# 10-2, 12-2, 14-2 etc?



## LanceBass

Can someone explain the difference between these types of wires. The way I understand it is - for instance - 12/2 has two conductor wires plus a ground wire - is this correct?

Also the gauges 10, 12, 14...what does this mean? I have no clue.


----------



## Focker

LanceBass said:


> Can someone explain the difference between these types of wires. The way I understand it is - for instance - 12/2 has two conductor wires plus a ground wire - is this correct?
> 
> Also the gauges 10, 12, 14...what does this mean? I have no clue.


Goggle :blink:


----------



## Dennis Alwon

LanceBass said:


> Can someone explain the difference between these types of wires. The way I understand it is - for instance - 12/2 has two conductor wires plus a ground wire - is this correct?
> 
> Also the gauges 10, 12, 14...what does this mean? I have no clue.

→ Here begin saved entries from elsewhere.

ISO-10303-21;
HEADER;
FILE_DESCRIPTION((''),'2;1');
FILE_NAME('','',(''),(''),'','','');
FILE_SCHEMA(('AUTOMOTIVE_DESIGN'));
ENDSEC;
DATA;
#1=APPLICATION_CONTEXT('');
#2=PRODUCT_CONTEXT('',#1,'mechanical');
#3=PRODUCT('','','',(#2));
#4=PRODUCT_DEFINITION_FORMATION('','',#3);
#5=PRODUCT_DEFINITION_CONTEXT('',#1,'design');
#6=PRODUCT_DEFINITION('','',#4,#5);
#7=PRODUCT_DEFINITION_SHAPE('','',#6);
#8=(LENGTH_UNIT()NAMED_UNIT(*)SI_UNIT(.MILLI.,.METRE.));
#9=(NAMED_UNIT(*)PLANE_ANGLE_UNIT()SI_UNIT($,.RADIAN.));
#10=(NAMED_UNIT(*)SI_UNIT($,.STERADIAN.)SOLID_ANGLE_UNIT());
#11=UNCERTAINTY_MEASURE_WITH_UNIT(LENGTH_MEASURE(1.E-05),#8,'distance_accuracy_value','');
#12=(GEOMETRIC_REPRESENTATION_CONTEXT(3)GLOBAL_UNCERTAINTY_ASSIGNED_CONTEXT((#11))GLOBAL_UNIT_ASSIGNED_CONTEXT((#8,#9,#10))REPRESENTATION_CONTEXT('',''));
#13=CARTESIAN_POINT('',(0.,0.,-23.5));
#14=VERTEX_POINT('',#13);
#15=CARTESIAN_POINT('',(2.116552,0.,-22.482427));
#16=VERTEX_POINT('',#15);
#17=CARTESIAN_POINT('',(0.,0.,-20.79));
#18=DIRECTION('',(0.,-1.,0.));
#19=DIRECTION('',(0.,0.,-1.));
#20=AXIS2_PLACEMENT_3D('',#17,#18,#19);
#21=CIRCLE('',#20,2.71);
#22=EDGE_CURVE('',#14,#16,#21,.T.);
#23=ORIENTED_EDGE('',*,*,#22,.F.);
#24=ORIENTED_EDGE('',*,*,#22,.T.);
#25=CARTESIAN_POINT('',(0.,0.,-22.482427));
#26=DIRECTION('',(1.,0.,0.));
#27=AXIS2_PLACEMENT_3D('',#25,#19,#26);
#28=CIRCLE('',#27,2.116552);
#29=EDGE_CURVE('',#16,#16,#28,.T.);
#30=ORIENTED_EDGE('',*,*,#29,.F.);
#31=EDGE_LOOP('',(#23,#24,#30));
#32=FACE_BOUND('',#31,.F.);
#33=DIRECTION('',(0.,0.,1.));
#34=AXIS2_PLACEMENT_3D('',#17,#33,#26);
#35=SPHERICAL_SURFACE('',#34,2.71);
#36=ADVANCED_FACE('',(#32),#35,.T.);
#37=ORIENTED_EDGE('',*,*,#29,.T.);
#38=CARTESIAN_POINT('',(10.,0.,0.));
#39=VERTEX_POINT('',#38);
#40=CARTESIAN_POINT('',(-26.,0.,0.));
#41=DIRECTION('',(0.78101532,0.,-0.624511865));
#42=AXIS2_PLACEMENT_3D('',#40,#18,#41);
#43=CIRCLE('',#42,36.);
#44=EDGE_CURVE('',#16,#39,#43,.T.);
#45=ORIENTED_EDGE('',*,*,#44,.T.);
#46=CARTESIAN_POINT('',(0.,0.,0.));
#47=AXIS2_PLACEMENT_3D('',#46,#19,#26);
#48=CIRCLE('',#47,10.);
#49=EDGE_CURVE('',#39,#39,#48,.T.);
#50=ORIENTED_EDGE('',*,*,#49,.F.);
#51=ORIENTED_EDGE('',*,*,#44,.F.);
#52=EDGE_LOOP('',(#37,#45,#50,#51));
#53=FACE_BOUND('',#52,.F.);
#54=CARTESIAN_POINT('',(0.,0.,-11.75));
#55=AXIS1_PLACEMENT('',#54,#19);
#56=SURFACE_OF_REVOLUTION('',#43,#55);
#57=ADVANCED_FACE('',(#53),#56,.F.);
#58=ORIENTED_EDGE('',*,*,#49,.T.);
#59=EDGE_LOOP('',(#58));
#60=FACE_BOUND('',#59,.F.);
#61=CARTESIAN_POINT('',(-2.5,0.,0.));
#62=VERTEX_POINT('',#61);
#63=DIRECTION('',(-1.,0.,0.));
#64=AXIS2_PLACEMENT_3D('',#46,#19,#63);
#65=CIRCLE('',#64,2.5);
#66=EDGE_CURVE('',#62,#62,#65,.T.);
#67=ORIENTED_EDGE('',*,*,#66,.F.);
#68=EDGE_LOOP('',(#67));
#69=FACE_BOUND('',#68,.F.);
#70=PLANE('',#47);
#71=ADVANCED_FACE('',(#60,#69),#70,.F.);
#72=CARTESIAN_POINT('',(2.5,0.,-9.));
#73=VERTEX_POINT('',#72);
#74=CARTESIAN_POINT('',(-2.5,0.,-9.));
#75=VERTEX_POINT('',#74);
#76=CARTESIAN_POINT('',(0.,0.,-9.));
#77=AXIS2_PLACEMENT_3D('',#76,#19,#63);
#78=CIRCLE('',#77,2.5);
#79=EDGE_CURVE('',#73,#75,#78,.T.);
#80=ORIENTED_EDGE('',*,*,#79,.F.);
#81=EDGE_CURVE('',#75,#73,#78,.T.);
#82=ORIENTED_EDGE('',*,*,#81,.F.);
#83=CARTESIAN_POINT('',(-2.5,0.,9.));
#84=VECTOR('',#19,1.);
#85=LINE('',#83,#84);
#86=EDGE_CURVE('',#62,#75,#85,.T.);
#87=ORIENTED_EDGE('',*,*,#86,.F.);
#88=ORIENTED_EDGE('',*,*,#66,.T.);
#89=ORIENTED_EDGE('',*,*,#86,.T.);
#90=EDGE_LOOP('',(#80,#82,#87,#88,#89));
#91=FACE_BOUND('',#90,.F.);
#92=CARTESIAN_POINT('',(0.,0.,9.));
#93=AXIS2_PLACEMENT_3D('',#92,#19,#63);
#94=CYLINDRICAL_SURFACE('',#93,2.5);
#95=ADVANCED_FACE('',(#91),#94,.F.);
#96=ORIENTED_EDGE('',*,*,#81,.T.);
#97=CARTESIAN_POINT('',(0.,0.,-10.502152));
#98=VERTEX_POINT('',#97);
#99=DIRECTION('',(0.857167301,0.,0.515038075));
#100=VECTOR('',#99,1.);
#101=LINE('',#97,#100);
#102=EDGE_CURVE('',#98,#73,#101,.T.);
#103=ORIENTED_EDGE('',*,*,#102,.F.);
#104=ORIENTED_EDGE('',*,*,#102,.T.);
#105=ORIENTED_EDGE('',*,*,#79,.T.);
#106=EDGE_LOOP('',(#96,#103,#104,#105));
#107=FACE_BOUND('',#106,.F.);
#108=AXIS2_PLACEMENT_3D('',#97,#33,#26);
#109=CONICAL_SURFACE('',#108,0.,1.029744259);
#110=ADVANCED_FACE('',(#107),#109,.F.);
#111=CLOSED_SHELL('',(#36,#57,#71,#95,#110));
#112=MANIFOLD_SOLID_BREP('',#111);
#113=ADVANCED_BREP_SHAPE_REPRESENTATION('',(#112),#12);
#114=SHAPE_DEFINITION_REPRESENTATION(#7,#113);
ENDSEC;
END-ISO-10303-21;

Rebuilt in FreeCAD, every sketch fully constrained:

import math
import FreeCAD as App
import Part
import Sketcher
Q = App.Units.Quantity

doc = App.newDocument("Part")
body = doc.addObject("PartDesign::Body", "Body")

# Sketch on XZ plane
sketch1 = body.newObject("Sketcher::SketchObject", "Sketch")
sketch1.AttachmentSupport = (doc.getObject("XZ_Plane"), [""])
sketch1.MapMode = "FlatFace"
sketch1.addGeometry(Part.LineSegment(App.Vector(10, 0, 0), App.Vector(0, 0, 0)), False)
sketch1.addGeometry(Part.LineSegment(App.Vector(0, 0, 0), App.Vector(0, -23.5, 0)), False)
sketch1.addGeometry(Part.ArcOfCircle(Part.Circle(App.Vector(0, -20.8, 0), App.Vector(0, 0, 1), 2.7), math.radians(-90), math.radians(-39)), False)
sketch1.addGeometry(Part.ArcOfCircle(Part.Circle(App.Vector(-26, 0, 0), App.Vector(0, 0, 1), 36), math.radians(-39), math.radians(0)), False)
sketch1.addConstraint(Sketcher.Constraint("Coincident", 0, 2, 1, 1))
sketch1.addConstraint(Sketcher.Constraint("Coincident", 1, 2, 2, 1))
sketch1.addConstraint(Sketcher.Constraint("Tangent", 2, 2, 3, 1))
sketch1.addConstraint(Sketcher.Constraint("Coincident", 3, 2, 0, 1))
sketch1.addConstraint(Sketcher.Constraint("Horizontal", 0))
sketch1.addConstraint(Sketcher.Constraint("Vertical", 1))
sketch1.addConstraint(Sketcher.Constraint("Coincident", 0, 2, -1, 1))
sketch1.addConstraint(Sketcher.Constraint("PointOnObject", 2, 3, -2))
sketch1.addConstraint(Sketcher.Constraint("PointOnObject", 3, 3, -1))
sketch1.addConstraint(Sketcher.Constraint("Radius", 3, Q("36 mm")))
sketch1.addConstraint(Sketcher.Constraint("DistanceX", 0, 2, 0, 1, Q("10 mm")))
sketch1.addConstraint(Sketcher.Constraint("Radius", 2, Q("2.71 mm")))
revolution = body.newObject("PartDesign::Revolution", "Revolution")
revolution.Profile = sketch1
revolution.ReferenceAxis = (sketch1, ["V_Axis"])
revolution.Angle = 360

# Sketch on XY plane
sketch2 = body.newObject("Sketcher::SketchObject", "Sketch001")
sketch2.AttachmentSupport = (doc.getObject("XY_Plane"), [""])
sketch2.MapMode = "FlatFace"
sketch2.addGeometry(Part.Circle(App.Vector(0, 0, 0), App.Vector(0, 0, 1), 2.5), False)
sketch2.addConstraint(Sketcher.Constraint("Coincident", 0, 3, -1, 1))
sketch2.addConstraint(Sketcher.Constraint("Diameter", 0, Q("5 mm")))
doc.recompute()
hole = body.newObject("PartDesign::Hole", "Hole")
hole.Profile = sketch2
hole.ThreadType = "None"
hole.Diameter = 5
hole.DepthType = "Dimension"
hole.Depth = 9
hole.DrillPoint = "Angled"
hole.DrillPointAngle = 118

doc.recompute()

10.12 AND 14 ARE awg-- AMERICAN WIRE GAUGE

10 is larger than 12 which is larger than 14. Backwards from what you would think. Each size has an ampacity that the conductor can handle depending on the insulation that is around the wire.

For instance a #10 wire is rated, generally 30 amps while a #12 is 20 amps and 14 is 15 amps.

You are correct that a 12/2 means 2 #12 wires with a bare wire all #12AWG


----------



## Dennis Alwon

Focker said:


> Goggle :blink:


So why are we here if google is the answer.:no:


----------



## MattHelm

The wikipedia article on AWG would help you quite a bit and save a lot of typing.

The short version: Gauge is inversely proportional to diameter. The baseline for the modern AWG is of somewhat arbitrary origin (as opposed to shotgun gauge which was based on the number of lead balls in a pound).

The smaller the gauge, the larger the diameter.


----------



## LanceBass

Focker said:


> Goggle :blink:


Yep, and it brought me to an electricians forum where people ask questions you ****ing derp...


----------



## AlbertaBeef

LanceBass said:


> Yep, and it brought me to an electricians forum where people ask questions you ****ing derp...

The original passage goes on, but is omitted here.